Rappelons que c'est seulement par lettres patentes de 1305 (exactement du mercredi après l'octave de Pâques de l'an 1305) que les bourgeois de Paris reçurent, de Philippe le Bel la permission de cuire leur pain dans leurs maisons et de se vendre du pain les uns aux autres. C'était créer le boulanger, et abolir tacitement la servitude des fours banaux.

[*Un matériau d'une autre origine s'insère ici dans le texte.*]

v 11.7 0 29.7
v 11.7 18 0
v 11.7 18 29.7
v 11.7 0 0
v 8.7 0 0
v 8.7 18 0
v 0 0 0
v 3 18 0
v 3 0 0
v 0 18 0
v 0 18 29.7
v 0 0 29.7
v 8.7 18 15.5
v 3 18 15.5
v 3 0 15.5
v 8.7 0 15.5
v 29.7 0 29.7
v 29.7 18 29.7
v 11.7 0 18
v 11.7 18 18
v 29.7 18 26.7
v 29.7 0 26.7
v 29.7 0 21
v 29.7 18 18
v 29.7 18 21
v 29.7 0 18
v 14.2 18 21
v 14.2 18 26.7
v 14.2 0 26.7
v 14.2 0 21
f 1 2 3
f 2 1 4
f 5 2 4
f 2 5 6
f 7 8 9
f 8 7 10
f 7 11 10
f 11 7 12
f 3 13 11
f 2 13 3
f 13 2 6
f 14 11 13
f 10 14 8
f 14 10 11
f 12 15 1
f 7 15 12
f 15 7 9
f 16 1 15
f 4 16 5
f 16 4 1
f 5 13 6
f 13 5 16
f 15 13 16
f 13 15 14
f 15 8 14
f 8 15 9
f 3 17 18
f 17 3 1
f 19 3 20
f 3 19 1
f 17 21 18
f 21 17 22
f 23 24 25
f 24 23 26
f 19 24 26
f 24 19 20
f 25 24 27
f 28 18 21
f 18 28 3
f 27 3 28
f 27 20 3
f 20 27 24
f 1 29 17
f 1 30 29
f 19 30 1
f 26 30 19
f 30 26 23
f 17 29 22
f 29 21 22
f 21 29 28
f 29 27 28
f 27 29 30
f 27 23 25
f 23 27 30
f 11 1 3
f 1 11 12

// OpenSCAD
union () {
  difference () {
    cube ([11.7, 18, 18]);
    translate ([3, -0.5, -0.5]) {
      cube ([5.7, 19, 16]);
    }
  }
  translate ([29.7, 0, 18]) {
    rotate (a=-90.0, v=[0, 1, 0]) {
      difference () {
        cube ([11.7, 18, 18]);
        translate ([3, -0.5, -0.5]) {
          cube ([5.7, 19, 16]);
        }
      }
    }
  }
  translate ([0, 0, 18]) {
    cube ([11.7, 18, 11.7]);
  }
}
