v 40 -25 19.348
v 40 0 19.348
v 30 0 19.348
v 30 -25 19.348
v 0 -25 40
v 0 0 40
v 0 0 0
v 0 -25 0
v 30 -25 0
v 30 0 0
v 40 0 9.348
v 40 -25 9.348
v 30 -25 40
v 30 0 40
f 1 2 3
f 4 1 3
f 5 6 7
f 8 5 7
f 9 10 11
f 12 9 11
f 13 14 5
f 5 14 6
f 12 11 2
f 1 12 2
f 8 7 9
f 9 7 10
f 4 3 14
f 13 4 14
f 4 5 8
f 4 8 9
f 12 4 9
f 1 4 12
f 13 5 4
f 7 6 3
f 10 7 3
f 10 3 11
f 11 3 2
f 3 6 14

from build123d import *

# Parameters (mm, degrees)
F0_W     = 20
F0_H     = 21
F0_H_2   = 9
F1_DEPTH = 25


with BuildPart() as f1:
    # F0 (on Front) → F1 (new body)
    with BuildSketch(Plane.XZ):
        with Locations((10, 19.5)):
            Rectangle(F0_W, F0_H)
        Polygon((20, 9), (20, 0), (30, 0), (40, 9.348061), (40, 19.348061), (30, 19.348061), (30, 40), (0, 40), (0, 30), (20, 30), align=None)
        with Locations((10, 4.5)):
            Rectangle(F0_W, F0_H_2)
    extrude(amount=F1_DEPTH)


solid = f1.part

Du temps des premiers rois de la troisième race, Paris n'avait qu'un four banal auquel chaque habitant portait cuire son pain. En 1137, la reine Alix, veuve de Louis le Gros, en fit bâtir un deuxième sur la terre de Champeaux, sur l'emplacement où se trouvent maintenant les Halles. Plus lard, l'évêque de Paris en fit construire un troisième pour les bourgeois de Saint-Germain-l'Auxerrois. Puis eurent leur four les religieux de Saint-Germain-des-Prés, l'abbé de Saint-Maur-les-Fossés, les chanoines de Saint-Marcel... etc... De là, les nombreuses rues du Four, dont les unes ont été emportées par l'expropriation, les autres débaptisées pour éviter les confusions.
Les ordonnances royales sur la boulangerie, la vente des farines, la fabrication du pain sont innombrables. Charles V décide, en 1366, que les boulangers seront tenus de ne faire que deux sortes de pains, l'un de deux, l'autre de quatre deniers ; six ans plus tard il reconnaît trois qualités de pain et en règle expressément les prix le pain blanc ou pain de Chailli, pesant 25 onces 1/2, se vendra deux deniers ; le pain bourgeois de 37 onces 1/2 se vendra deux deniers ; quant au pain de brode, de qualité inférieure, il pèsera 36 onces et se vendra la modique somme d'un denier.
Ne concluez pas de ceci que nos aïeux du Moyen Âge connaissaient le pain blanc tel que nous le mangeons aujourd'hui. Il n'en est rien. Ce pain blanc, qu'ils dénommaient pain de Chailli, et qui était le pain des riches, ne leur paraissait blanc que parce qu'il était moins noir que les autres. Mais le véritable pain blanc est un progrès tout moderne. Et d'ailleurs, les hygiénistes, partisans du pain complet, vous diront que ce n'est même pas un progrès et que nos aïeux, en mangeant du pain noir, mangeaient peut-être de meilleur pain que le nôtre.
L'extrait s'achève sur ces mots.